◆ **Exercise**: Please output exactly the part of the records below that opens with the line containing "Line((72.20773023, 94.442766377), (93.00773023, 105.936391703))" and closes with the line containing "135.936391703), (21.206941284, 130.936391703))", both lines included, and nothing else.

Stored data
——
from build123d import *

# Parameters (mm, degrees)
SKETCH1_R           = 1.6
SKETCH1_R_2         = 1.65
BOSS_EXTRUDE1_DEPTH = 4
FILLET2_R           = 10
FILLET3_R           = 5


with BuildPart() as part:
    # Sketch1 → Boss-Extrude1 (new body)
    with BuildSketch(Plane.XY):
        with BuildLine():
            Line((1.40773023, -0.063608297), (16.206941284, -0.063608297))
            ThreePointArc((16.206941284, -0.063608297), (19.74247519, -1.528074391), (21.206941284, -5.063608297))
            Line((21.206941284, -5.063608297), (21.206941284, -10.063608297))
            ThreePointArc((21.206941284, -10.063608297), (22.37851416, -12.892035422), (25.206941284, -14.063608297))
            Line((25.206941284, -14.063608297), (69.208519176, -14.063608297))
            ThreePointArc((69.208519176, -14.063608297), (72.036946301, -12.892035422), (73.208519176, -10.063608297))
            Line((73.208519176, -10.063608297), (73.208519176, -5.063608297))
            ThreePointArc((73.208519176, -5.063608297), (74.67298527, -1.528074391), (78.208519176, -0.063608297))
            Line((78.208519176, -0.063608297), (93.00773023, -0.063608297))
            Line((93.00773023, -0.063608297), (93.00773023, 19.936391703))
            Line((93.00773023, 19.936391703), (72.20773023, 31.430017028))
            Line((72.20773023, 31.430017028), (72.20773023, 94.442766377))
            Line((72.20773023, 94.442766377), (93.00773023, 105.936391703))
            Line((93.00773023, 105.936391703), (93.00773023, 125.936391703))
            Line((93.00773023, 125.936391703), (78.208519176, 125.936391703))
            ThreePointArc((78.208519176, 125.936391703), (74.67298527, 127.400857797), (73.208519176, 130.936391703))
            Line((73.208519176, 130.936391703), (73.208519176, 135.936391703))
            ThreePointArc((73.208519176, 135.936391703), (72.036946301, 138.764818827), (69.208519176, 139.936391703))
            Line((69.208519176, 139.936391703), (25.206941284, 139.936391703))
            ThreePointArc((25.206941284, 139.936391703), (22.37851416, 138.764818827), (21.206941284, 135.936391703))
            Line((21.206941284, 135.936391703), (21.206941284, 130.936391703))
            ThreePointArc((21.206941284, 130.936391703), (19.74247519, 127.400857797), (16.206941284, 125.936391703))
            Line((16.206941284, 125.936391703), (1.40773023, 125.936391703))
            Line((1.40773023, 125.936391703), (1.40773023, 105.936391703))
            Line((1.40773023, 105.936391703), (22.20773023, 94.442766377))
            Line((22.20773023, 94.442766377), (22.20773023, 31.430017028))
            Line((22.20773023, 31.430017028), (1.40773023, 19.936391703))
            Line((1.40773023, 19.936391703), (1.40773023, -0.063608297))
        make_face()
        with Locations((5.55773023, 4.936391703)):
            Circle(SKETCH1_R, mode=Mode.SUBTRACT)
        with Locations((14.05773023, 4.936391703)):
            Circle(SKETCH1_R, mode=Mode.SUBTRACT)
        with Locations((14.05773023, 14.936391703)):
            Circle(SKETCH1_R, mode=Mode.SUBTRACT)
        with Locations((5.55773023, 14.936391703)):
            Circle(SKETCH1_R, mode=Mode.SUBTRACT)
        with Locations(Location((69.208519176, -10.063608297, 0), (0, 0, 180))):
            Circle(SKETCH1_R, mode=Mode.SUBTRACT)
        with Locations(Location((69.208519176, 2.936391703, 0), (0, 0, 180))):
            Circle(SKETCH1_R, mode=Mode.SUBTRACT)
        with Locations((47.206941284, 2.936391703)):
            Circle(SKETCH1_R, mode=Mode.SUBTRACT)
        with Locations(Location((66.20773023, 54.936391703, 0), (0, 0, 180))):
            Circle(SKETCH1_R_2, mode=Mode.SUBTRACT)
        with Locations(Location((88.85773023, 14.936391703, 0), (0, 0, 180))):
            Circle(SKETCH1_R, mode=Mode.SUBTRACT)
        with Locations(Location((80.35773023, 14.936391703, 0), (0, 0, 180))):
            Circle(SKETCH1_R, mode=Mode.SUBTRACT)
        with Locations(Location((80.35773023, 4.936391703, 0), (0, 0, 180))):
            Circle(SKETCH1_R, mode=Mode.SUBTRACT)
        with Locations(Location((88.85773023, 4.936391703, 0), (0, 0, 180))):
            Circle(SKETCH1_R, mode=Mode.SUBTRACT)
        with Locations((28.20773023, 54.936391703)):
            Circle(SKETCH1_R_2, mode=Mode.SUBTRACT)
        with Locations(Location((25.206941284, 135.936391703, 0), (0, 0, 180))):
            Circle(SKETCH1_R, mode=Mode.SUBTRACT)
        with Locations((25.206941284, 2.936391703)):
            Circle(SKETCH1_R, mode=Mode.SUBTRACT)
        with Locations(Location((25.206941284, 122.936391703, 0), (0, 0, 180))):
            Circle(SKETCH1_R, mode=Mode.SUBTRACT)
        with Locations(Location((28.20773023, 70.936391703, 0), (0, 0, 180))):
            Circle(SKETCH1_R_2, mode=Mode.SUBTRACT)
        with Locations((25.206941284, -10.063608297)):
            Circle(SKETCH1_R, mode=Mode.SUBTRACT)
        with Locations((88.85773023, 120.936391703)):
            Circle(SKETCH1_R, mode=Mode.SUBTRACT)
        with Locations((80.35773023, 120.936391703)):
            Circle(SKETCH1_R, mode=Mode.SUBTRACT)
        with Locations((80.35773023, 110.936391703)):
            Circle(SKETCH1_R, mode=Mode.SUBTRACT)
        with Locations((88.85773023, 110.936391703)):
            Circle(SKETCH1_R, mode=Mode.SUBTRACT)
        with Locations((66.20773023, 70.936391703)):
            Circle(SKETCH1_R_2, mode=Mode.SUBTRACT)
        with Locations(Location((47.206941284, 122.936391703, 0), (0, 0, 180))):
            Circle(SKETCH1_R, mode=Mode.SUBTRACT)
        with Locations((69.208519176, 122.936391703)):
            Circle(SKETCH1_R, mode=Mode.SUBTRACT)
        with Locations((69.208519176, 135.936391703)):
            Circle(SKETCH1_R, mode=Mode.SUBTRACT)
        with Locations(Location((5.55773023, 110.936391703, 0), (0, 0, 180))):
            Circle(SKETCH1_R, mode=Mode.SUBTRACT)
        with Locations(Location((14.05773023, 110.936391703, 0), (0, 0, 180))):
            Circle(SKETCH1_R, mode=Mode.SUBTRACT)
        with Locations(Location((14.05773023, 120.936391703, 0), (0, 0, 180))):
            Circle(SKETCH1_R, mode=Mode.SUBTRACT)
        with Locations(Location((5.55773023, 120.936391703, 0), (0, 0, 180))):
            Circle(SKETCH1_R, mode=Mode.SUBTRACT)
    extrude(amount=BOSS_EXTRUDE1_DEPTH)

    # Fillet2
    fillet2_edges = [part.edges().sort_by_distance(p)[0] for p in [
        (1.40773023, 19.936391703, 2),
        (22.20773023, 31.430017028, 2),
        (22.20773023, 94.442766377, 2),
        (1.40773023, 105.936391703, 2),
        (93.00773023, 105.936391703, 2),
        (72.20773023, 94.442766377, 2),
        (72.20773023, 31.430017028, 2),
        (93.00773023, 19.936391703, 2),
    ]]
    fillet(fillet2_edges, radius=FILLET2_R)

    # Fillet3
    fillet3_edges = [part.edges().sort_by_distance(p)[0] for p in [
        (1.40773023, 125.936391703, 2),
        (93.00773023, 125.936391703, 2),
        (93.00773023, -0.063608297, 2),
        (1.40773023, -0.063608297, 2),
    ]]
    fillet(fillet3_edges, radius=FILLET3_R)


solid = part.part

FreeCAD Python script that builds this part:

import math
import FreeCAD as App
import Part
import Sketcher

V = App.Vector
Q = App.Units.Quantity


def edges_at(feature, points):
    """Names of the edges that pass closest to the given points."""
    edges = feature.Shape.Edges
    near = lambda p: min(range(len(edges)), key=lambda i: edges[i].distToShape(Part.Vertex(*p))[0])
    return sorted({f"Edge{near(p) + 1}" for p in points})

doc = App.newDocument("Part")
body = doc.addObject("PartDesign::Body", "Body")

sketch1 = doc.addObject("Sketcher::SketchObject", "Sketch")
body.addObject(sketch1)
sketch1.AttachmentSupport = (doc.XY_Plane, [""])
sketch1.MapMode = "FlatFace"
sketch1.addGeometry(Part.LineSegment(V(1.40773, -0.063608, 0), V(16.206941, -0.063608, 0)), False)
sketch1.addGeometry(Part.ArcOfCircle(Part.Circle(V(16.206941, -5.063608, 0), V(0, 0, 1), 5), math.radians(0), math.radians(90)), False)
sketch1.addGeometry(Part.LineSegment(V(21.206941, -5.063608, 0), V(21.206941, -10.063608, 0)), False)
sketch1.addGeometry(Part.ArcOfCircle(Part.Circle(V(25.206941, -10.063608, 0), V(0, 0, 1), 4), math.radians(-180), math.radians(-90)), False)
sketch1.addGeometry(Part.LineSegment(V(25.206941, -14.063608, 0), V(69.208519, -14.063608, 0)), False)
sketch1.addGeometry(Part.ArcOfCircle(Part.Circle(V(69.208519, -10.063608, 0), V(0, 0, 1), 4), math.radians(-90), math.radians(0)), False)
sketch1.addGeometry(Part.LineSegment(V(73.208519, -10.063608, 0), V(73.208519, -5.063608, 0)), False)
sketch1.addGeometry(Part.ArcOfCircle(Part.Circle(V(78.208519, -5.063608, 0), V(0, 0, 1), 5), math.radians(90), math.radians(180)), False)
sketch1.addGeometry(Part.LineSegment(V(78.208519, -0.063608, 0), V(93.00773, -0.063608, 0)), False)
sketch1.addGeometry(Part.LineSegment(V(93.00773, -0.063608, 0), V(93.00773, 19.936392, 0)), False)
sketch1.addGeometry(Part.LineSegment(V(93.00773, 19.936392, 0), V(72.20773, 31.430017, 0)), False)
sketch1.addGeometry(Part.LineSegment(V(72.20773, 31.430017, 0), V(72.20773, 94.442766, 0)), False)
sketch1.addGeometry(Part.LineSegment(V(72.20773, 94.442766, 0), V(93.00773, 105.936392, 0)), False)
——
◆ **Result below**:
            Line((72.20773023, 94.442766377), (93.00773023, 105.936391703))
            Line((93.00773023, 105.936391703), (93.00773023, 125.936391703))
            Line((93.00773023, 125.936391703), (78.208519176, 125.936391703))
            ThreePointArc((78.208519176, 125.936391703), (74.67298527, 127.400857797), (73.208519176, 130.936391703))
            Line((73.208519176, 130.936391703), (73.208519176, 135.936391703))
            ThreePointArc((73.208519176, 135.936391703), (72.036946301, 138.764818827), (69.208519176, 139.936391703))
            Line((69.208519176, 139.936391703), (25.206941284, 139.936391703))
            ThreePointArc((25.206941284, 139.936391703), (22.37851416, 138.764818827), (21.206941284, 135.936391703))
            Line((21.206941284, 135.936391703), (21.206941284, 130.936391703))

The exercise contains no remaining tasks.